2. To solve the equation 2sinx - 1 = 0 for 0 ≤ x < 360 degrees, we can isolate the sine term and then solve for x.
First, add 1 to both sides of the equation:
2sinx = 1
Next, divide both sides by 2:
sinx = 1/2
To find the angle whose sine is 1/2, we can use the inverse sine function or reference angles. Since 1/2 corresponds to a 30-degree angle, we know that sin(30 degrees) = 1/2.
Therefore, the solutions to the equation are x = 30 degrees and x = 150 degrees.
3. To solve the equation sin^2x = cos^2x for 0 degrees ≤ x < 360 degrees, we can use the Pythagorean identity sin^2(x) + cos^2(x) = 1.

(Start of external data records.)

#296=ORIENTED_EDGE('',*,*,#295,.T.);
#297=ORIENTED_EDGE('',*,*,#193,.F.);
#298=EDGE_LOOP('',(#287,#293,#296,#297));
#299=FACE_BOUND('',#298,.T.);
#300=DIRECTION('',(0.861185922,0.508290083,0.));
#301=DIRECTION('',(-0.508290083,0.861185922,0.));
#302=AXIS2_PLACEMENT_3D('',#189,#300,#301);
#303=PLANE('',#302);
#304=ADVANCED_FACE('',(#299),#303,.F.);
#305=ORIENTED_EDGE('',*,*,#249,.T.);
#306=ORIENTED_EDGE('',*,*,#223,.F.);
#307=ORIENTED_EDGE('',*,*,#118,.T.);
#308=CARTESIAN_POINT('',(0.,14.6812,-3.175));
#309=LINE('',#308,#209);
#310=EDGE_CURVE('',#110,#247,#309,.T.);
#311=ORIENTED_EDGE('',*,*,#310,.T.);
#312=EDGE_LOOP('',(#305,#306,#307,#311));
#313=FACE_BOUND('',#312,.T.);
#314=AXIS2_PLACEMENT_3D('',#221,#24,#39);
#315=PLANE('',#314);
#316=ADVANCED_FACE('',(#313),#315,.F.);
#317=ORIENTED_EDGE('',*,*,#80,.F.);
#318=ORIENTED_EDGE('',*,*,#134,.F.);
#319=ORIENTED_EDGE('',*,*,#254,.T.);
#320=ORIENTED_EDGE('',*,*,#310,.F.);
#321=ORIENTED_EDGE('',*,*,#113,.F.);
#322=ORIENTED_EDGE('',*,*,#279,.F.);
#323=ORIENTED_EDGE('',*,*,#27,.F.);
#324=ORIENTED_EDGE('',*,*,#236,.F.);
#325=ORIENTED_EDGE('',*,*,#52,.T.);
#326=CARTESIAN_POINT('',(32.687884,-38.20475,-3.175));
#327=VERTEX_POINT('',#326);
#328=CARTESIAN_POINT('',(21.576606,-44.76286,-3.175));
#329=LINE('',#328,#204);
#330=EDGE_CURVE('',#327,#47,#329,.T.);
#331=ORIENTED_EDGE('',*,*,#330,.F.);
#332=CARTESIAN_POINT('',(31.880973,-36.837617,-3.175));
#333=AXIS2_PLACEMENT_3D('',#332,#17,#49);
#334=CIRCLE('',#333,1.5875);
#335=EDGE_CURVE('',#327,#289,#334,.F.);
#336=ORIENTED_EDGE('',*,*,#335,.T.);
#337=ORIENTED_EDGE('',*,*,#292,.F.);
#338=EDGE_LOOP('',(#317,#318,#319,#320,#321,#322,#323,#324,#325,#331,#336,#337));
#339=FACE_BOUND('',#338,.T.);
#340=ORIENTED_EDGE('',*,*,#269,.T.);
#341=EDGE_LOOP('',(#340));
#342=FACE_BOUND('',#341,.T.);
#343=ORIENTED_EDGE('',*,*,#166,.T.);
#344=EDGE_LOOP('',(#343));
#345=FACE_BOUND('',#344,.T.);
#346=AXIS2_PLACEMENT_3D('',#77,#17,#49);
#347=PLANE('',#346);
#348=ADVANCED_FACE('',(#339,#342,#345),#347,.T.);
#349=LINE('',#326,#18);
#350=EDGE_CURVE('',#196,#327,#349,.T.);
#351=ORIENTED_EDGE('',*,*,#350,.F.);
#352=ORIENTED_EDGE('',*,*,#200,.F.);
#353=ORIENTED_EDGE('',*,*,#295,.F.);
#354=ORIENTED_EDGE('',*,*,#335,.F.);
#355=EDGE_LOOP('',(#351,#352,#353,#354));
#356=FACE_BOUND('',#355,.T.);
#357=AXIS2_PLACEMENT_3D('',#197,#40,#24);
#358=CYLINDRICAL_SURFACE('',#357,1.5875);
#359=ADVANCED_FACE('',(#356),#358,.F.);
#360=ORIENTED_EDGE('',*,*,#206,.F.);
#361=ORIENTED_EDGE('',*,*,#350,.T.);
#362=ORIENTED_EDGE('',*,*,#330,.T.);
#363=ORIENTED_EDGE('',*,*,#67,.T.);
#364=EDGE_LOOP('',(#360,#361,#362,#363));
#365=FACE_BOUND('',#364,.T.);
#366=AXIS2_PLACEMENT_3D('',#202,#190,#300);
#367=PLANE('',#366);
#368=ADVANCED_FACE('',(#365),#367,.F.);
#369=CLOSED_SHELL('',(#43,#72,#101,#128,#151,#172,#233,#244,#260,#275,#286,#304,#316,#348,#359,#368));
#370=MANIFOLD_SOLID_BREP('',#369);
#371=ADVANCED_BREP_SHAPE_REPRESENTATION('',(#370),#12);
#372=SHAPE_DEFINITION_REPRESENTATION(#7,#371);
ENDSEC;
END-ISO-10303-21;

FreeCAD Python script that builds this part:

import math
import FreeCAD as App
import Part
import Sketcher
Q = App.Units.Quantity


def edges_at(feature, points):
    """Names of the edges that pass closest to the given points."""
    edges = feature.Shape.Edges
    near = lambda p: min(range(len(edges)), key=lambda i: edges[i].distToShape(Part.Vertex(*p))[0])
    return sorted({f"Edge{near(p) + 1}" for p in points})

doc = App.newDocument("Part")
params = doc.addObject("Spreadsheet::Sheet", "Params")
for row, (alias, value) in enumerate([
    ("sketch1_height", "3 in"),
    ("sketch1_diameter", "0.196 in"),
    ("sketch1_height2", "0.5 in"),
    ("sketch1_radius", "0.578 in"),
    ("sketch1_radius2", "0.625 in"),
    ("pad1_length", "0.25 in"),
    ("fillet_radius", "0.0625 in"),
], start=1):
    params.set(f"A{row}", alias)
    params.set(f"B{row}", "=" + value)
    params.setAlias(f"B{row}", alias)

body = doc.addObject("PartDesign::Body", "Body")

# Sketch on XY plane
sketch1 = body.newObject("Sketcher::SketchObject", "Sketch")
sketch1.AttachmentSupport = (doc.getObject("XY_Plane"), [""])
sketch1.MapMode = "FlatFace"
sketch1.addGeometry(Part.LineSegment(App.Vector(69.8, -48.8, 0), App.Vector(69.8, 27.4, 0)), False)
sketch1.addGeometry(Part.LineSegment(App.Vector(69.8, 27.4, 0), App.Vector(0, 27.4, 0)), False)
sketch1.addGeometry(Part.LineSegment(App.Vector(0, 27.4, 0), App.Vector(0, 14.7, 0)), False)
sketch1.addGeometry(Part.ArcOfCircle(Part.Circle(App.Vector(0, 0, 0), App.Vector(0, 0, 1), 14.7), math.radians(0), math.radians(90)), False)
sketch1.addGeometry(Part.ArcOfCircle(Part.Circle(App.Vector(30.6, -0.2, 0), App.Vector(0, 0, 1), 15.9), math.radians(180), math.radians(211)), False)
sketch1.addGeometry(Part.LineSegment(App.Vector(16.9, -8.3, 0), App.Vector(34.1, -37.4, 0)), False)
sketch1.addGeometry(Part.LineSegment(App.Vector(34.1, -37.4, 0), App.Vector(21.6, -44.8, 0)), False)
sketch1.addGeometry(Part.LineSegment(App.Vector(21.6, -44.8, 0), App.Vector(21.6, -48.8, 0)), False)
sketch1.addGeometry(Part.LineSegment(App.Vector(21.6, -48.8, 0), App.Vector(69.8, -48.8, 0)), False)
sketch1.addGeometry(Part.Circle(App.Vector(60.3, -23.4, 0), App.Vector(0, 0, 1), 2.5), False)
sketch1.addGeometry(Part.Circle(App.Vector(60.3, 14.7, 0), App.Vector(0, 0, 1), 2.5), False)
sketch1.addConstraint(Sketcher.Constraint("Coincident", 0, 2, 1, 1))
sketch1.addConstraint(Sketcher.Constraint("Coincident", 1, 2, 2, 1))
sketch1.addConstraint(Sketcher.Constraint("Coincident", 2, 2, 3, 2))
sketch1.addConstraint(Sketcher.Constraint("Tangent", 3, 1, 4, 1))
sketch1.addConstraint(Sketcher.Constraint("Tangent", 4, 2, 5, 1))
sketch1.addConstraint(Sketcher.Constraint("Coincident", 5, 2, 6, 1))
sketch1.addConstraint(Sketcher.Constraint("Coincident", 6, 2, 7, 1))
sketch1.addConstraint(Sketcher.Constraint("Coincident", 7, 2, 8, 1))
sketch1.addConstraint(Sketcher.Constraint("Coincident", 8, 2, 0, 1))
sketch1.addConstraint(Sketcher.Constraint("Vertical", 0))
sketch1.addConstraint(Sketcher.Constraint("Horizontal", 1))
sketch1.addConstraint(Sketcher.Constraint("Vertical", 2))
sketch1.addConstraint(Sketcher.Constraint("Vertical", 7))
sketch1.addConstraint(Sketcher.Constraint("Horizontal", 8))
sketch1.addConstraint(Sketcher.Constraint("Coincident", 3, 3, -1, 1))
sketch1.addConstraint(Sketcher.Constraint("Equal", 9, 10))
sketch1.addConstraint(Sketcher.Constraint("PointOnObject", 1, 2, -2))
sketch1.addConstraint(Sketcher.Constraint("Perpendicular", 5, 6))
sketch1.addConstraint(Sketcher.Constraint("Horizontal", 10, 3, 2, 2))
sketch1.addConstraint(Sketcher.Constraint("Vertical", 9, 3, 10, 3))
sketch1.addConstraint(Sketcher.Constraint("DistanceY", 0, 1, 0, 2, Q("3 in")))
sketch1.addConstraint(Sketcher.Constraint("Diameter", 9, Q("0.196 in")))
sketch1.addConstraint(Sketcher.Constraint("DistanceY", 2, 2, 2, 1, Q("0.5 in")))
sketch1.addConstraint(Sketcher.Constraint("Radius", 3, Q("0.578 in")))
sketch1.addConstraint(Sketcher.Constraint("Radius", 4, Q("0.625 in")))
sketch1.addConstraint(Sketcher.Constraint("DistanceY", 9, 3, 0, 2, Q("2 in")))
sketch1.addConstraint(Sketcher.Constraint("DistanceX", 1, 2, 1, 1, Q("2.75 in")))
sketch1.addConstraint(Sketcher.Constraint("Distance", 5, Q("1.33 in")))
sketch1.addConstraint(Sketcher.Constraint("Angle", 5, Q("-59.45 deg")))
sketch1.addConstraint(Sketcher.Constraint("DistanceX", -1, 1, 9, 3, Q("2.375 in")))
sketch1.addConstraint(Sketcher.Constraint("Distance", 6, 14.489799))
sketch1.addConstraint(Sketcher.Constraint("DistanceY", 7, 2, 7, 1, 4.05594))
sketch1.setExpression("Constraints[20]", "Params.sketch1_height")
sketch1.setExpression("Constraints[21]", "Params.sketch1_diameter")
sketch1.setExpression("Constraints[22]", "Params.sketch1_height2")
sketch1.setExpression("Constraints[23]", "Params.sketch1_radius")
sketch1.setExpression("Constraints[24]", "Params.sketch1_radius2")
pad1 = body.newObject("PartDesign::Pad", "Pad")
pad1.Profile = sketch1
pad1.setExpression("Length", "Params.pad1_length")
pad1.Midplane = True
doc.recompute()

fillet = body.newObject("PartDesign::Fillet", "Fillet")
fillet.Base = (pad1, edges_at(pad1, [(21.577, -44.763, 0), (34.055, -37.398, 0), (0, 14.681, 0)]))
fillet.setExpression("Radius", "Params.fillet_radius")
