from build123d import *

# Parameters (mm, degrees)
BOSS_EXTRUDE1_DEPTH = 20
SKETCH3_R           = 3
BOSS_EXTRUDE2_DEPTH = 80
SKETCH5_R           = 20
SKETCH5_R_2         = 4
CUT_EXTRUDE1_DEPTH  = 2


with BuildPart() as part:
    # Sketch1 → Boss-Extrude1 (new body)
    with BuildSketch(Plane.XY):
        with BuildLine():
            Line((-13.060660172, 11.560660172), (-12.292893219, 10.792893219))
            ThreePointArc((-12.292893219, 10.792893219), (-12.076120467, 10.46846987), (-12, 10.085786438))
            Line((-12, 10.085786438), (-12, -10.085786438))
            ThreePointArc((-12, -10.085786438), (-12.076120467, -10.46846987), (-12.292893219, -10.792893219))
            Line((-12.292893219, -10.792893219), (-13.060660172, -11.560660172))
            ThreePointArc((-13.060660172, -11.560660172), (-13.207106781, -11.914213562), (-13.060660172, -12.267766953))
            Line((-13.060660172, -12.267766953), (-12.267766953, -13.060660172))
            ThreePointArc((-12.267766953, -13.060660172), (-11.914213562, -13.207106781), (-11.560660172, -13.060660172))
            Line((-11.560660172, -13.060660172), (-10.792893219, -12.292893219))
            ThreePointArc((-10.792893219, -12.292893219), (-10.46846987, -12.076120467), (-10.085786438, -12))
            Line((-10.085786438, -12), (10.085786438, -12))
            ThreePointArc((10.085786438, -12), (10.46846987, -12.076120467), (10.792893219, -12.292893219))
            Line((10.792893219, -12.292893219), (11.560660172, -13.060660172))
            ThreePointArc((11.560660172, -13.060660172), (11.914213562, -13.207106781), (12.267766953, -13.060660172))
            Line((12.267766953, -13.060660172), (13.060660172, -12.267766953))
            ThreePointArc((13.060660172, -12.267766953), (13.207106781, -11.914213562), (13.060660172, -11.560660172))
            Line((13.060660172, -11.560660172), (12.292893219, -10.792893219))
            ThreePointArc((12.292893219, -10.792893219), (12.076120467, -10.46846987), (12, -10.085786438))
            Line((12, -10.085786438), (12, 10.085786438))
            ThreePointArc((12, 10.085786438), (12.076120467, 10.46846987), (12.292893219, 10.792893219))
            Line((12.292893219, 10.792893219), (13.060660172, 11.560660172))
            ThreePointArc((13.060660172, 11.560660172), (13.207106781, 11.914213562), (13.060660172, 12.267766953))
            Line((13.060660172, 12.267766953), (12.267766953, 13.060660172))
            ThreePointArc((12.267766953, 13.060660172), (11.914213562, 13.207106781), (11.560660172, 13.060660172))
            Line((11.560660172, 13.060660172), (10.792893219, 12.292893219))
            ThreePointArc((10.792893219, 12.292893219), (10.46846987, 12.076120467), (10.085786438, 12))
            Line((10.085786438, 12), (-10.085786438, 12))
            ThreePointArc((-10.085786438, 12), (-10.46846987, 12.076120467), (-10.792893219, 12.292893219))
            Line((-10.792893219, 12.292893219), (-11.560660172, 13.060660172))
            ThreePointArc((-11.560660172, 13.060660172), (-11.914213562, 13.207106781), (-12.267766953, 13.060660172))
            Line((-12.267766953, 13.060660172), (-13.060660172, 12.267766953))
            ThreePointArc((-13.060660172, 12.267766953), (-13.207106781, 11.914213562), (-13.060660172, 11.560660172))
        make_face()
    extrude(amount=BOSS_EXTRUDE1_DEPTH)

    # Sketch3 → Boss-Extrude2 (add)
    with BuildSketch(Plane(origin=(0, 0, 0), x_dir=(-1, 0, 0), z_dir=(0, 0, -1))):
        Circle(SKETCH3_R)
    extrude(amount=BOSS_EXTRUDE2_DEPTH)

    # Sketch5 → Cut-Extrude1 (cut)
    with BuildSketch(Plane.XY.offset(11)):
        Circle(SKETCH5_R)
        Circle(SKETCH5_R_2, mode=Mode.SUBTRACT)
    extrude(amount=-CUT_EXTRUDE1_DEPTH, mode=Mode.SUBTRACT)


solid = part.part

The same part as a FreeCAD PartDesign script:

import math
import FreeCAD as App
import Part
import Sketcher

V = App.Vector
Q = App.Units.Quantity

doc = App.newDocument("Part")
params = doc.addObject("Spreadsheet::Sheet", "Params")
for row, (alias, value) in enumerate([
    ("sketch1_radius", "1 mm"),
    ("sketch1_radius2", "0.5 mm"),
    ("pad1_length", "20 mm"),
    ("sketch2_diameter", "6 mm"),
    ("pad2_length", "80 mm"),
    ("sketch3_diameter", "40 mm"),
    ("sketch3_diameter2", "8 mm"),
    ("pocket1_length", "2 mm"),
], start=1):
    params.set(f"A{row}", alias)
    params.set(f"B{row}", "=" + value)
    params.setAlias(f"B{row}", alias)

body = doc.addObject("PartDesign::Body", "Body")

# Sketch on XY plane
sketch1 = body.newObject("Sketcher::SketchObject", "Sketch")
sketch1.AttachmentSupport = (doc.getObject("XY_Plane"), [""])
sketch1.MapMode = "FlatFace"
sketch1.addGeometry([
    Part.LineSegment(V(-13.1, 11.6, 0), V(-12.3, 10.8, 0)),  # 0
    Part.ArcOfCircle(Part.Circle(V(-13, 10.1, 0), V(0, 0, 1), 1), math.radians(0), math.radians(45)),  # 1
    Part.LineSegment(V(-12, 10.1, 0), V(-12, -10.1, 0)),  # 2
    Part.ArcOfCircle(Part.Circle(V(-13, -10.1, 0), V(0, 0, 1), 1), math.radians(-45), math.radians(0)),  # 3
    Part.LineSegment(V(-12.3, -10.8, 0), V(-13.1, -11.6, 0)),  # 4
    Part.ArcOfCircle(Part.Circle(V(-12.7, -11.9, 0), V(0, 0, 1), 0.5), math.radians(135), math.radians(225)),  # 5
    Part.LineSegment(V(-13.1, -12.3, 0), V(-12.3, -13.1, 0)),  # 6
    Part.ArcOfCircle(Part.Circle(V(-11.9, -12.7, 0), V(0, 0, 1), 0.5), math.radians(-135), math.radians(-45)),  # 7
    Part.LineSegment(V(-11.6, -13.1, 0), V(-10.8, -12.3, 0)),  # 8
    Part.ArcOfCircle(Part.Circle(V(-10.1, -13, 0), V(0, 0, 1), 1), math.radians(90), math.radians(135)),  # 9
    Part.LineSegment(V(-10.1, -12, 0), V(10.1, -12, 0)),  # 10
    Part.ArcOfCircle(Part.Circle(V(10.1, -13, 0), V(0, 0, 1), 1), math.radians(45), math.radians(90)),  # 11
    Part.LineSegment(V(10.8, -12.3, 0), V(11.6, -13.1, 0)),  # 12
    Part.ArcOfCircle(Part.Circle(V(11.9, -12.7, 0), V(0, 0, 1), 0.5), math.radians(-135), math.radians(-45)),  # 13
    Part.LineSegment(V(12.3, -13.1, 0), V(13.1, -12.3, 0)),  # 14
    Part.ArcOfCircle(Part.Circle(V(12.7, -11.9, 0), V(0, 0, 1), 0.5), math.radians(-45), math.radians(45)),  # 15
    Part.LineSegment(V(13.1, -11.6, 0), V(12.3, -10.8, 0)),  # 16
    Part.ArcOfCircle(Part.Circle(V(13, -10.1, 0), V(0, 0, 1), 1), math.radians(180), math.radians(225)),  # 17
    Part.LineSegment(V(12, -10.1, 0), V(12, 10.1, 0)),  # 18
    Part.ArcOfCircle(Part.Circle(V(13, 10.1, 0), V(0, 0, 1), 1), math.radians(135), math.radians(180)),  # 19
    Part.LineSegment(V(12.3, 10.8, 0), V(13.1, 11.6, 0)),  # 20
    Part.ArcOfCircle(Part.Circle(V(12.7, 11.9, 0), V(0, 0, 1), 0.5), math.radians(-45), math.radians(45)),  # 21
    Part.LineSegment(V(13.1, 12.3, 0), V(12.3, 13.1, 0)),  # 22
    Part.ArcOfCircle(Part.Circle(V(11.9, 12.7, 0), V(0, 0, 1), 0.5), math.radians(45), math.radians(135)),  # 23
    Part.LineSegment(V(11.6, 13.1, 0), V(10.8, 12.3, 0)),  # 24
    Part.ArcOfCircle(Part.Circle(V(10.1, 13, 0), V(0, 0, 1), 1), math.radians(-90), math.radians(-45)),  # 25
    Part.LineSegment(V(10.1, 12, 0), V(-10.1, 12, 0)),  # 26
    Part.ArcOfCircle(Part.Circle(V(-10.1, 13, 0), V(0, 0, 1), 1), math.radians(-135), math.radians(-90)),  # 27
    Part.LineSegment(V(-10.8, 12.3, 0), V(-11.6, 13.1, 0)),  # 28
    Part.ArcOfCircle(Part.Circle(V(-11.9, 12.7, 0), V(0, 0, 1), 0.5), math.radians(45), math.radians(135)),  # 29
    Part.LineSegment(V(-12.3, 13.1, 0), V(-13.1, 12.3, 0)),  # 30
    Part.ArcOfCircle(Part.Circle(V(-12.7, 11.9, 0), V(0, 0, 1), 0.5), math.radians(135), math.radians(225)),  # 31
], False)
sketch1.addConstraint([
    Sketcher.Constraint("Tangent", 0, 2, 1, 2),
    Sketcher.Constraint("Tangent", 1, 1, 2, 1),
    Sketcher.Constraint("Tangent", 2, 2, 3, 2),
    Sketcher.Constraint("Tangent", 3, 1, 4, 1),
    Sketcher.Constraint("Tangent", 4, 2, 5, 1),
    Sketcher.Constraint("Tangent", 5, 2, 6, 1),
    Sketcher.Constraint("Tangent", 6, 2, 7, 1),
    Sketcher.Constraint("Tangent", 7, 2, 8, 1),
    Sketcher.Constraint("Tangent", 8, 2, 9, 2),
    Sketcher.Constraint("Tangent", 9, 1, 10, 1),
    Sketcher.Constraint("Tangent", 10, 2, 11, 2),
    Sketcher.Constraint("Tangent", 11, 1, 12, 1),
    Sketcher.Constraint("Tangent", 12, 2, 13, 1),
    Sketcher.Constraint("Tangent", 13, 2, 14, 1),
    Sketcher.Constraint("Tangent", 14, 2, 15, 1),
    Sketcher.Constraint("Tangent", 15, 2, 16, 1),
    Sketcher.Constraint("Tangent", 16, 2, 17, 2),
    Sketcher.Constraint("Tangent", 17, 1, 18, 1),
    Sketcher.Constraint("Tangent", 18, 2, 19, 2),
    Sketcher.Constraint("Tangent", 19, 1, 20, 1),
    Sketcher.Constraint("Tangent", 20, 2, 21, 1),
    Sketcher.Constraint("Tangent", 21, 2, 22, 1),
    Sketcher.Constraint("Tangent", 22, 2, 23, 1),
    Sketcher.Constraint("Tangent", 23, 2, 24, 1),
    Sketcher.Constraint("Tangent", 24, 2, 25, 2),
    Sketcher.Constraint("Tangent", 25, 1, 26, 1),
    Sketcher.Constraint("Tangent", 26, 2, 27, 2),
    Sketcher.Constraint("Tangent", 27, 1, 28, 1),
    Sketcher.Constraint("Tangent", 28, 2, 29, 1),
    Sketcher.Constraint("Tangent", 29, 2, 30, 1),
    Sketcher.Constraint("Tangent", 30, 2, 31, 1),
    Sketcher.Constraint("Tangent", 31, 2, 0, 1),
    Sketcher.Constraint("Vertical", 2),
    Sketcher.Constraint("Horizontal", 10),
    Sketcher.Constraint("Vertical", 18),
    Sketcher.Constraint("Horizontal", 26),
    Sketcher.Constraint("Equal", 1, 3),
    Sketcher.Constraint("Equal", 5, 7),
    Sketcher.Constraint("Equal", 3, 9),
    Sketcher.Constraint("Equal", 9, 11),
    Sketcher.Constraint("Equal", 7, 13),
    Sketcher.Constraint("Equal", 13, 15),
    Sketcher.Constraint("Equal", 11, 17),
    Sketcher.Constraint("Equal", 17, 19),
    Sketcher.Constraint("Equal", 15, 21),
    Sketcher.Constraint("Equal", 21, 23),
    Sketcher.Constraint("Equal", 19, 25),
    Sketcher.Constraint("Equal", 25, 27),
    Sketcher.Constraint("Equal", 23, 29),
    Sketcher.Constraint("Equal", 29, 31),
    Sketcher.Constraint("Symmetric", 1, 3, 17, 3, -1, 1),
    Sketcher.Constraint("Symmetric", 5, 3, 21, 3, -1, 1),
    Sketcher.Constraint("Symmetric", 7, 3, 23, 3, -1, 1),
    Sketcher.Constraint("Symmetric", 9, 3, 25, 3, -1, 1),
    Sketcher.Constraint("Symmetric", 13, 3, 29, 3, -1, 1),
    Sketcher.Constraint("Symmetric", 15, 3, 31, 3, -1, 1),
    Sketcher.Constraint("Symmetric", 7, 3, 13, 3, -2),
    Sketcher.Constraint("Symmetric", 5, 3, 15, 3, -2),
    Sketcher.Constraint("Perpendicular", 0, 4),
    Sketcher.Constraint("Perpendicular", 4, 6),
    Sketcher.Constraint("Perpendicular", 6, 8),
    Sketcher.Constraint("Perpendicular", 8, 12),
    Sketcher.Constraint("Perpendicular", 12, 14),
    Sketcher.Constraint("Perpendicular", 16, 20),
    Sketcher.Constraint("Perpendicular", 24, 28),
    Sketcher.Constraint("Equal", 26, 2),
    Sketcher.Constraint("Equal", 4, 8),
    Sketcher.Constraint("Radius", 1, Q("1 mm")),
    Sketcher.Constraint("Radius", 5, Q("0.5 mm")),
    Sketcher.Constraint("DistanceX", 1, 3, -1, 1, Q("13 mm")),
    Sketcher.Constraint("DistanceY", 5, 3, 1, 3, Q("22 mm")),
    Sketcher.Constraint("DistanceY", 6, 2, 4, 2, Q("1.5 mm")),
])
sketch1.setExpression("Constraints[67]", "Params.sketch1_radius")
sketch1.setExpression("Constraints[68]", "Params.sketch1_radius2")
pad1 = body.newObject("PartDesign::Pad", "Pad")
pad1.Profile = sketch1
pad1.setExpression("Length", "Params.pad1_length")

# Sketch on XY plane
sketch2 = body.newObject("Sketcher::SketchObject", "Sketch001")
sketch2.AttachmentSupport = (doc.getObject("XY_Plane"), [""])
sketch2.MapMode = "FlatFace"
sketch2.addGeometry(Part.Circle(V(0, 0, 0), V(0, 0, 1), 3), False)
sketch2.addConstraint([
    Sketcher.Constraint("Coincident", 0, 3, -1, 1),
    Sketcher.Constraint("Diameter", 0, Q("6 mm")),
])
sketch2.setExpression("Constraints[1]", "Params.sketch2_diameter")
pad2 = body.newObject("PartDesign::Pad", "Pad001")
pad2.Profile = sketch2
pad2.setExpression("Length", "Params.pad2_length")
pad2.Reversed = True

# Sketch on XY plane
sketch3 = body.newObject("Sketcher::SketchObject", "Sketch002")
sketch3.AttachmentSupport = (doc.getObject("XY_Plane"), [""])
sketch3.MapMode = "FlatFace"
sketch3.AttachmentOffset = App.Placement(V(0, 0, 11), App.Rotation())
sketch3.addGeometry([
    Part.Circle(V(0, 0, 0), V(0, 0, 1), 20),
    Part.Circle(V(0, 0, 0), V(0, 0, 1), 4),
], False)
sketch3.addConstraint([
    Sketcher.Constraint("Coincident", 0, 3, -1, 1),
    Sketcher.Constraint("Coincident", 1, 3, -1, 1),
    Sketcher.Constraint("Diameter", 0, Q("40 mm")),
    Sketcher.Constraint("Diameter", 1, Q("8 mm")),
])
sketch3.setExpression("Constraints[2]", "Params.sketch3_diameter")
sketch3.setExpression("Constraints[3]", "Params.sketch3_diameter2")
pocket1 = body.newObject("PartDesign::Pocket", "Pocket")
pocket1.Profile = sketch3
pocket1.setExpression("Length", "Params.pocket1_length")

doc.recompute()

Given the equation sin^2(x) = cos^2(x), we can substitute it into the Pythagorean identity:
(sin^2x) + (sin^2x) = 1
2sin^2x = 1
sin^2x = 1/2
Taking the square root of both sides gives us two possible solutions:
sinx = ±√(1/2)
Using the reference angle, we find that sin(45 degrees) = √(1/2).
Therefore, the solutions to the equation are x = 45 degrees and x = 135 degrees.
4. To solve the equation sinx - 2sinx cosx = 0 for 0 ≤ x < 2π, we can factor out sinx from the equation:
sinx(1 - 2cosx) = 0
Now we have two possibilities:
1. sinx = 0, which means x = 0 or x = π.
2. 1 - 2cosx = 0, which gives us 2cosx = 1, cosx = 1/2, and x = π/3 or x = (5π)/3.
Therefore, the solutions to the equation are x = 0, x = π, x = π/3, and x = (5π)/3.